You might imagine trying to fix this by using the difference_update method to adjust the set being iterated over:
remaining_nodes.difference_update(visited)
but this would be a bad idea because then you would be iterating over a set and modifying it within the loop, which is not safe. Instead, you need to write the loop as follows:
while remaining_nodes:
node = remaining_nodes.pop()
visited = bfs_visited(graph, node)
if visited not in connected_components:
connected_components.append(visited)
remaining_nodes.difference_update(visited)
Using while and pop is the standard idiom in Python for consuming a data structure while modifying it — you do something similar in bfs_visited.
There is now no need for the test:
if visited not in connected_components:
since each component is produced exactly once.
In compute_resilience the first line is:
res = [len(ugraph)]
but this only works if the graph is a single connected component to start with. To handle the general case, the first line should be:
res = [largest_cc_size(ugraph)]
For each node in attack order, compute_resilience calls:
res.append(largest_cc_size(ugraph))
But this doesn't take advantage of the work that was previously done. When we remove node from the graph, all connected components remain the same, except for the connected component containing node. So we can potentially save some work if we only do a breadth-first search over that component, and not over the whole graph. (Whether this actually saves any work depends on how resilient the graph is. For highly resilient graphs it won't make much difference.)
In order to do this we'll need to redesign the data structures so that we can efficiently find the component containing a node, and efficiently remove that component from the collection of components.
This answer is already quite long, so I won't explain in detail how to redesign the data structures, I'll just present the revised code and let you figure it out for yourself.
def connected_components(graph, nodes):
"""Given an undirected graph represented as a mapping from nodes to
the set of their neighbours, and a set of nodes, find the
connected components in the graph containing those nodes.
Returns:
- mapping from nodes to the canonical node of the connected
component they belong to
- mapping from canonical nodes to connected components
"""
canonical = {}
components = {}
while nodes:
node = nodes.pop()
component = bfs_visited(graph, node)
components[node] = component
nodes.difference_update(component)
for n in component:
canonical[n] = node
return canonical, components
def resilience(graph, attack_order):
"""Given an undirected graph represented as a mapping from nodes to
an iterable of their neighbours, and an iterable of nodes, generate
integers such that the the k-th result is the size of the largest
connected component after the removal of the first k-1 nodes.
"""
# Take a copy of the graph so that we can destructively modify it.

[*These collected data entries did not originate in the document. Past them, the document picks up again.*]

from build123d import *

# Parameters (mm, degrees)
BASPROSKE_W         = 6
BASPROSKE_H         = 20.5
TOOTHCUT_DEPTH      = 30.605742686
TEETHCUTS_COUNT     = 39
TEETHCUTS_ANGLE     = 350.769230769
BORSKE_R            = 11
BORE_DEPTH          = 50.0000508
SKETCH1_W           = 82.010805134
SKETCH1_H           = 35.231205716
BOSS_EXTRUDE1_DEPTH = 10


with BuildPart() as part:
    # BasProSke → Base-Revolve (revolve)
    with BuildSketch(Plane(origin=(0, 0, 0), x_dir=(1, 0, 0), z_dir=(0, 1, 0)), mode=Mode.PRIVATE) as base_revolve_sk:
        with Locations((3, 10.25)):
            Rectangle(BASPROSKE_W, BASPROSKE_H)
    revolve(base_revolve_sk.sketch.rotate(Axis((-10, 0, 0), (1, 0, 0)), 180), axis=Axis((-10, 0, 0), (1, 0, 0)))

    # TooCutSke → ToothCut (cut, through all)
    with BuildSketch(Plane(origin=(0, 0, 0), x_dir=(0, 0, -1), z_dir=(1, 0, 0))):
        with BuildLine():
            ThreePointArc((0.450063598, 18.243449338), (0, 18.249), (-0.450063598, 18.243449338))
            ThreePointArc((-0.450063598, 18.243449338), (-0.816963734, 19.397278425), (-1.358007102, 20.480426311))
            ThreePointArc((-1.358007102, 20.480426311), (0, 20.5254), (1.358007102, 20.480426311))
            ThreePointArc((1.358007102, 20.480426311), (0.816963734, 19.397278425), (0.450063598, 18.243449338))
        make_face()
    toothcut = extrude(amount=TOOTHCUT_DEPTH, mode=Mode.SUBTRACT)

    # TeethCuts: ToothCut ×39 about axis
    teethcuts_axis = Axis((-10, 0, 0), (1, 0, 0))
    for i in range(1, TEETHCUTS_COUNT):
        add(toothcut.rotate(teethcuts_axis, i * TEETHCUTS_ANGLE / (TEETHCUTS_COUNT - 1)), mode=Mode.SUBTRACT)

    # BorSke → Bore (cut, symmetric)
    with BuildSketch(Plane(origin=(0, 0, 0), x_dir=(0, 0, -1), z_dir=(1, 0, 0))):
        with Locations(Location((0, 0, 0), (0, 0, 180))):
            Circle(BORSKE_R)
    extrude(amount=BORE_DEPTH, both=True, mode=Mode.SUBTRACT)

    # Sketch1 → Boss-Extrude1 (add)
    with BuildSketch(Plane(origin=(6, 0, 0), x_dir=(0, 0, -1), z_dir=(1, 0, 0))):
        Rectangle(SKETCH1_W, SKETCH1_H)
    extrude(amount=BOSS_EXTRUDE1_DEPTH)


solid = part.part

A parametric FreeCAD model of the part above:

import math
import FreeCAD as App
import Part
import Sketcher

doc = App.newDocument("Part")
params = doc.addObject("Spreadsheet::Sheet", "Params")
for row, (alias, value) in enumerate([
    ("sketch1_width", "6 mm"),
    ("sketch1_height", "20.5 mm"),
    ("revolution_angle", "360 deg"),
    ("sketch2_radius", "7.8 mm"),
    ("sketch3_diameter", "22 mm"),
    ("pocket2_length", "100.000102 mm"),
    ("pad1_length", "10 mm"),
], start=1):
    params.set(f"A{row}", alias)
    params.set(f"B{row}", "=" + value)
    params.setAlias(f"B{row}", alias)

body = doc.addObject("PartDesign::Body", "Body")

# Sketch on XZ plane
sketch1 = body.newObject("Sketcher::SketchObject", "Sketch")
sketch1.AttachmentSupport = (doc.getObject("XZ_Plane"), [""])
sketch1.MapMode = "FlatFace"
sketch1.addGeometry([
    Part.LineSegment(App.Vector(0, -20.5, 0), App.Vector(0, 0, 0)),
    Part.LineSegment(App.Vector(0, 0, 0), App.Vector(6, 0, 0)),
    Part.LineSegment(App.Vector(6, 0, 0), App.Vector(6, -20.5, 0)),
    Part.LineSegment(App.Vector(6, -20.5, 0), App.Vector(0, -20.5, 0)),
], False)
sketch1.addConstraint([
    Sketcher.Constraint("Coincident", 0, 2, 1, 1),
    Sketcher.Constraint("Coincident", 1, 2, 2, 1),
    Sketcher.Constraint("Coincident", 2, 2, 3, 1),
    Sketcher.Constraint("Coincident", 3, 2, 0, 1),
    Sketcher.Constraint("Vertical", 0),
    Sketcher.Constraint("Horizontal", 1),
    Sketcher.Constraint("Vertical", 2),
    Sketcher.Constraint("Horizontal", 3),
    Sketcher.Constraint("Coincident", 0, 2, -1, 1),
    Sketcher.Constraint("DistanceX", 1, 1, 1, 2, 6.0),
    Sketcher.Constraint("DistanceY", 0, 1, 0, 2, 20.5),
])
sketch1.setExpression("Constraints[9]", "Params.sketch1_width")
sketch1.setExpression("Constraints[10]", "Params.sketch1_height")
revolution = body.newObject("PartDesign::Revolution", "Revolution")
revolution.Profile = sketch1
revolution.ReferenceAxis = (sketch1, ["H_Axis"])
revolution.setExpression("Angle", "Params.revolution_angle")

# Sketch on YZ plane
sketch2 = body.newObject("Sketcher::SketchObject", "Sketch001")
sketch2.AttachmentSupport = (doc.getObject("YZ_Plane"), [""])
sketch2.MapMode = "FlatFace"
sketch2.addGeometry([
    Part.ArcOfCircle(Part.Circle(App.Vector(0.000001, 0, 0), App.Vector(0, 0, 1), 18.248999), math.radians(-1.413193), math.radians(1.413193)),
    Part.ArcOfCircle(Part.Circle(App.Vector(16.463835, -8.044336, 0), App.Vector(0, 0, 1), 7.8), math.radians(59.006046), math.radians(76.811486)),
    Part.ArcOfCircle(Part.Circle(App.Vector(0, 0, 0), App.Vector(0, 0, 1), 20.5254), math.radians(-3.79359), math.radians(3.79359)),
    Part.ArcOfCircle(Part.Circle(App.Vector(16.463835, 8.044336, 0), App.Vector(0, 0, 1), 7.8), math.radians(-76.811486), math.radians(-59.006046)),
], False)
sketch2.addConstraint([
    Sketcher.Constraint("Coincident", 0, 1, 1, 2),
    Sketcher.Constraint("Coincident", 1, 1, 2, 1),
    Sketcher.Constraint("Coincident", 2, 2, 3, 2),
    Sketcher.Constraint("Coincident", 3, 1, 0, 2),
    Sketcher.Constraint("Coincident", 0, 3, -1, 1),
    Sketcher.Constraint("Coincident", 2, 3, -1, 1),
    Sketcher.Constraint("Equal", 1, 3),
    Sketcher.Constraint("Symmetric", 1, 3, 3, 3, -1),
    Sketcher.Constraint("Radius", 1, 7.8),
    Sketcher.Constraint("Radius", 0, 18.248999),
    Sketcher.Constraint("Radius", 2, 20.5254),
    Sketcher.Constraint("DistanceY", 0, 1, 3, 3, 8.4944),
    Sketcher.Constraint("DistanceY", 1, 3, 3, 3, 16.088672),
])
sketch2.setExpression("Constraints[8]", "Params.sketch2_radius")
pocket1 = body.newObject("PartDesign::Pocket", "Pocket")
pocket1.Profile = sketch2
pocket1.Type = "ThroughAll"
pocket1.Reversed = True
doc.recompute()

polarpattern = body.newObject("PartDesign::PolarPattern", "PolarPattern")
polarpattern.Originals = [pocket1]
polarpattern.Axis = (doc.getObject("X_Axis"), [""])
polarpattern.Angle = 360
polarpattern.Occurrences = 39
body.Tip = polarpattern

# Sketch on YZ plane
sketch3 = body.newObject("Sketcher::SketchObject", "Sketch002")
sketch3.AttachmentSupport = (doc.getObject("YZ_Plane"), [""])
sketch3.MapMode = "FlatFace"
sketch3.addGeometry(Part.Circle(App.Vector(0, 0, 0), App.Vector(0, 0, 1), 11), False)
sketch3.addConstraint([
    Sketcher.Constraint("Coincident", 0, 3, -1, 1),
    Sketcher.Constraint("Diameter", 0, 22.0),
])
sketch3.setExpression("Constraints[1]", "Params.sketch3_diameter")
pocket2 = body.newObject("PartDesign::Pocket", "Pocket001")
pocket2.Profile = sketch3
pocket2.setExpression("Length", "Params.pocket2_length")
pocket2.Midplane = True

# Sketch on YZ plane
sketch4 = body.newObject("Sketcher::SketchObject", "Sketch003")
sketch4.AttachmentSupport = (doc.getObject("YZ_Plane"), [""])
sketch4.MapMode = "FlatFace"
sketch4.AttachmentOffset = App.Placement(App.Vector(0, 0, 6), App.Rotation())
sketch4.addGeometry([
    Part.LineSegment(App.Vector(17.615603, 41.005403, 0), App.Vector(-17.615603, 41.005403, 0)),
    Part.LineSegment(App.Vector(-17.615603, 41.005403, 0), App.Vector(-17.615603, -41.005403, 0)),
    Part.LineSegment(App.Vector(-17.615603, -41.005403, 0), App.Vector(17.615603, -41.005403, 0)),
    Part.LineSegment(App.Vector(17.615603, -41.005403, 0), App.Vector(17.615603, 41.005403, 0)),
], False)
sketch4.addConstraint([
    Sketcher.Constraint("Coincident", 0, 2, 1, 1),
    Sketcher.Constraint("Coincident", 1, 2, 2, 1),
    Sketcher.Constraint("Coincident", 2, 2, 3, 1),
    Sketcher.Constraint("Coincident", 3, 2, 0, 1),
    Sketcher.Constraint("Horizontal", 0),
    Sketcher.Constraint("Vertical", 1),
    Sketcher.Constraint("Horizontal", 2),
    Sketcher.Constraint("Vertical", 3),
    Sketcher.Constraint("Symmetric", 0, 2, 2, 2, -1, 1),
    Sketcher.Constraint("DistanceX", 0, 2, 0, 1, 35.231206),
    Sketcher.Constraint("DistanceY", 1, 2, 1, 1, 82.010805),
])
pad1 = body.newObject("PartDesign::Pad", "Pad")
pad1.Profile = sketch4
pad1.setExpression("Length", "Params.pad1_length")

doc.recompute()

graph = {node: set(neighbours) for node, neighbours in graph.items()}
canonical, components = connected_components(graph, set(graph))
largest = lambda: max(map(len, components.values()), default=0)
yield largest()
for node in attack_order:
# Find connected component containing node.

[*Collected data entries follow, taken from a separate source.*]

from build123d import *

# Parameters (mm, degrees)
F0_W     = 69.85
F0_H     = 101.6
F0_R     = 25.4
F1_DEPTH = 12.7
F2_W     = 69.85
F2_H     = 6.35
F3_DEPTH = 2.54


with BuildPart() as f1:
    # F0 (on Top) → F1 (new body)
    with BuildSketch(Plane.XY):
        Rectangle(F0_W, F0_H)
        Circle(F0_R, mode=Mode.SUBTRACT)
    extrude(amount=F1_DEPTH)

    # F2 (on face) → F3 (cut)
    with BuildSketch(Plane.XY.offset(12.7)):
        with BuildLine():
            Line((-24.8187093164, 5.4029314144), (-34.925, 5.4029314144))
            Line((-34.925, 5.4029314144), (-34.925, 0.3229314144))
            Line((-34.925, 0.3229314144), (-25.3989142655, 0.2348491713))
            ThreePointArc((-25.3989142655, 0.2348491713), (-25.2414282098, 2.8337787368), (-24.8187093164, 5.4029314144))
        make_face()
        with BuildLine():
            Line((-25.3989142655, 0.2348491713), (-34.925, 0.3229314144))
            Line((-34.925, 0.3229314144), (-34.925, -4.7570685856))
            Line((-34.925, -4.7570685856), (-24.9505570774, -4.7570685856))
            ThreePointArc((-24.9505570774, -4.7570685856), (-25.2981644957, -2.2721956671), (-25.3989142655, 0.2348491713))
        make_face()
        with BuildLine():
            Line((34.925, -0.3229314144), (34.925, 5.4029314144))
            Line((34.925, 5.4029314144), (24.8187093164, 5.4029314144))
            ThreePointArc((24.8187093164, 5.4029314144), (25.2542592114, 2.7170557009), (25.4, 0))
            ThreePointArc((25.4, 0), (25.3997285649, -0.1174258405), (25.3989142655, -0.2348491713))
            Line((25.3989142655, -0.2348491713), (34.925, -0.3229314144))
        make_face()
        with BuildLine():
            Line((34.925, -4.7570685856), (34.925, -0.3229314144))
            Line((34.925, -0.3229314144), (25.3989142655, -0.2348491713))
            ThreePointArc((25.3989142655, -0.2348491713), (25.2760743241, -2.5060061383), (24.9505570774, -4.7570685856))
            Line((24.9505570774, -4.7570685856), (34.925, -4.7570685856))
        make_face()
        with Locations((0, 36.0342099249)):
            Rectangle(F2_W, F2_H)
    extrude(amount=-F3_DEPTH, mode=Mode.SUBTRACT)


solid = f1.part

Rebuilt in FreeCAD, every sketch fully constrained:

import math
import FreeCAD as App
import Part
import Sketcher

V = App.Vector
Q = App.Units.Quantity

doc = App.newDocument("Part")
body = doc.addObject("PartDesign::Body", "Body")

sketch1 = body.newObject("Sketcher::SketchObject", "Sketch")
sketch1.AttachmentSupport = (doc.getObject("XY_Plane"), [""])
sketch1.MapMode = "FlatFace"
sketch1.addGeometry([
    Part.LineSegment(V(-35, 51, 0), V(-35, -51, 0)),
    Part.LineSegment(V(-35, -51, 0), V(35, -51, 0)),
    Part.LineSegment(V(35, -51, 0), V(35, 51, 0)),
    Part.LineSegment(V(35, 51, 0), V(-35, 51, 0)),
    Part.Circle(V(0, 0, 0), V(0, 0, 1), 25),
], False)
sketch1.addConstraint([
    Sketcher.Constraint("Coincident", 0, 2, 1, 1),
    Sketcher.Constraint("Coincident", 1, 2, 2, 1),
    Sketcher.Constraint("Coincident", 2, 2, 3, 1),
    Sketcher.Constraint("Coincident", 3, 2, 0, 1),
    Sketcher.Constraint("Vertical", 0),
    Sketcher.Constraint("Horizontal", 1),
    Sketcher.Constraint("Vertical", 2),
    Sketcher.Constraint("Horizontal", 3),
    Sketcher.Constraint("Coincident", 4, 3, -1, 1),
    Sketcher.Constraint("Symmetric", 0, 2, 2, 2, -1, 1),
    Sketcher.Constraint("Diameter", 4, Q("2 in")),
    Sketcher.Constraint("DistanceY", 0, 2, 0, 1, Q("4 in")),
    Sketcher.Constraint("DistanceX", 1, 1, 1, 2, Q("2.75 in")),
])
pad1 = body.newObject("PartDesign::Pad", "Pad")
pad1.Profile = sketch1
pad1.Length = Q("0.5 in")

sketch2 = body.newObject("Sketcher::SketchObject", "Sketch001")
sketch2.AttachmentSupport = (doc.getObject("XY_Plane"), [""])
sketch2.MapMode = "FlatFace"
sketch2.AttachmentOffset = App.Placement(V(0, 0, 0.5 * 25.4), App.Rotation())
sketch2.addGeometry([
    Part.LineSegment(V(-24.82, 5.4, 0), V(-34.92, 5.4, 0)),
    Part.LineSegment(V(-34.92, 5.4, 0), V(-34.92, -4.76, 0)),
    Part.LineSegment(V(-34.92, -4.76, 0), V(-24.95, -4.76, 0)),
    Part.ArcOfCircle(Part.Circle(V(0, 0, 0), V(0, 0, 1), 25.4), math.radians(179.47), math.radians(190.79)),
    Part.ArcOfCircle(Part.Circle(V(0, 0, 0), V(0, 0, 1), 25.4), math.radians(167.72), math.radians(179.47)),
    Part.LineSegment(V(34.92, 5.4, 0), V(24.82, 5.4, 0)),
    Part.ArcOfCircle(Part.Circle(V(0, 0, 0), V(0, 0, 1), 25.4), math.radians(0), math.radians(12.28)),
    Part.ArcOfCircle(Part.Circle(V(0, 0, 0), V(0, 0, 1), 25.4), math.radians(-0.53), math.radians(0)),
    Part.ArcOfCircle(Part.Circle(V(0, 0, 0), V(0, 0, 1), 25.4), math.radians(-10.79), math.radians(-0.53)),
    Part.LineSegment(V(24.95, -4.76, 0), V(34.92, -4.76, 0)),
    Part.LineSegment(V(34.92, -4.76, 0), V(34.92, 5.4, 0)),
    Part.LineSegment(V(-34.92, 39.21, 0), V(-34.92, 32.86, 0)),
    Part.LineSegment(V(-34.92, 32.86, 0), V(34.92, 32.86, 0)),
    Part.LineSegment(V(34.92, 32.86, 0), V(34.92, 39.21, 0)),
    Part.LineSegment(V(34.92, 39.21, 0), V(-34.92, 39.21, 0)),
], False)
sketch2.addConstraint([
    Sketcher.Constraint("Coincident", 0, 2, 1, 1),
    Sketcher.Constraint("Coincident", 1, 2, 2, 1),
    Sketcher.Constraint("Coincident", 2, 2, 3, 2),
    Sketcher.Constraint("Tangent", 3, 1, 4, 2),
    Sketcher.Constraint("Coincident", 4, 1, 0, 1),
    Sketcher.Constraint("Coincident", 5, 2, 6, 2),
    Sketcher.Constraint("Tangent", 6, 1, 7, 2),
    Sketcher.Constraint("Tangent", 7, 1, 8, 2),
    Sketcher.Constraint("Coincident", 8, 1, 9, 1),
    Sketcher.Constraint("Coincident", 9, 2, 10, 1),
    Sketcher.Constraint("Coincident", 10, 2, 5, 1),
    Sketcher.Constraint("Coincident", 11, 2, 12, 1),
    Sketcher.Constraint("Coincident", 12, 2, 13, 1),
    Sketcher.Constraint("Coincident", 13, 2, 14, 1),
    Sketcher.Constraint("Coincident", 14, 2, 11, 1),
    Sketcher.Constraint("Horizontal", 0),
    Sketcher.Constraint("Vertical", 1),
    Sketcher.Constraint("Horizontal", 2),
    Sketcher.Constraint("Horizontal", 5),
    Sketcher.Constraint("Horizontal", 9),
    Sketcher.Constraint("Vertical", 10),
    Sketcher.Constraint("Vertical", 11),
    Sketcher.Constraint("Horizontal", 12),
    Sketcher.Constraint("Vertical", 13),
    Sketcher.Constraint("Horizontal", 14),
    Sketcher.Constraint("Coincident", 3, 3, -1, 1),
    Sketcher.Constraint("Coincident", 6, 3, -1, 1),
    Sketcher.Constraint("Coincident", 8, 3, -1, 1),
    Sketcher.Constraint("Equal", 3, 4),
    Sketcher.Constraint("Equal", 4, 6),
    Sketcher.Constraint("Symmetric", 1, 2, 9, 2, -2),
    Sketcher.Constraint("PointOnObject", 6, 1, -1),
    Sketcher.Constraint("Horizontal", 4, 1, 5, 2),
    Sketcher.Constraint("Vertical", 1, 2, 11, 2),
    Sketcher.Constraint("Vertical", 10, 2, 12, 2),
    Sketcher.Constraint("Radius", 3, Q("1 in")),
    Sketcher.Constraint("DistanceY", 1, 2, 1, 1, Q("0.4 in")),
    Sketcher.Constraint("DistanceX", 12, 1, 12, 2, Q("2.75 in")),
    Sketcher.Constraint("DistanceY", 11, 2, 11, 1, Q("0.25 in")),
    Sketcher.Constraint("DistanceX", 0, 2, 0, 1, 10.106291),
    Sketcher.Constraint("DistanceY", -1, 1, 3, 1, 0.234849),
    Sketcher.Constraint("DistanceY", 7, 1, -1, 1, 0.234849),
    Sketcher.Constraint("DistanceY", -1, 1, 11, 2, 32.85921),
])
pocket1 = body.newObject("PartDesign::Pocket", "Pocket")
pocket1.Profile = sketch2
pocket1.Length = Q("0.1 in")

doc.recompute()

component = components.pop(canonical.pop(node))
# Remove node from graph.
for neighbor in graph[node]:
graph[neighbor].remove(node)
graph.pop(node)
component.remove(node)
# Component may have been split by removal of node, so search
# it for new connected components and update data structures
# accordingly.
canon, comp = connected_components(graph, component)
canonical.update(canon)
components.update(comp)
yield largest()
In the revised code, the max operation has to iterate over all the remaining connected components in order to find the largest one. It would be possible to improve the efficiency of this step by storing the connected components in a priority queue so that the largest one can be found in time that's logarithmic in the number of components.
I doubt that this part of the algorithm is a bottleneck in practice, so it's probably not worth the extra code, but if you need to do this, then there are some Priority Queue Implementation Notes in the Python documentation.
Performance comparison
Here's a useful function for making test cases:
from itertools import combinations
from random import random
def random_graph(n, p):
"""Return a random undirected graph with n nodes and each edge chosen
independently with probability p.
"""
assert 0 <= p <= 1
graph = {i: set() for i in range(n)}
for i, j in combinations(range(n), 2):
if random() <= p:
graph[i].add(j)
graph[j].add(i)
return graph
Now, a quick performance comparison between the revised and original code. Note that we have to run the revised code first, because the original code destructively modifies the graph, as noted in §1.2 above.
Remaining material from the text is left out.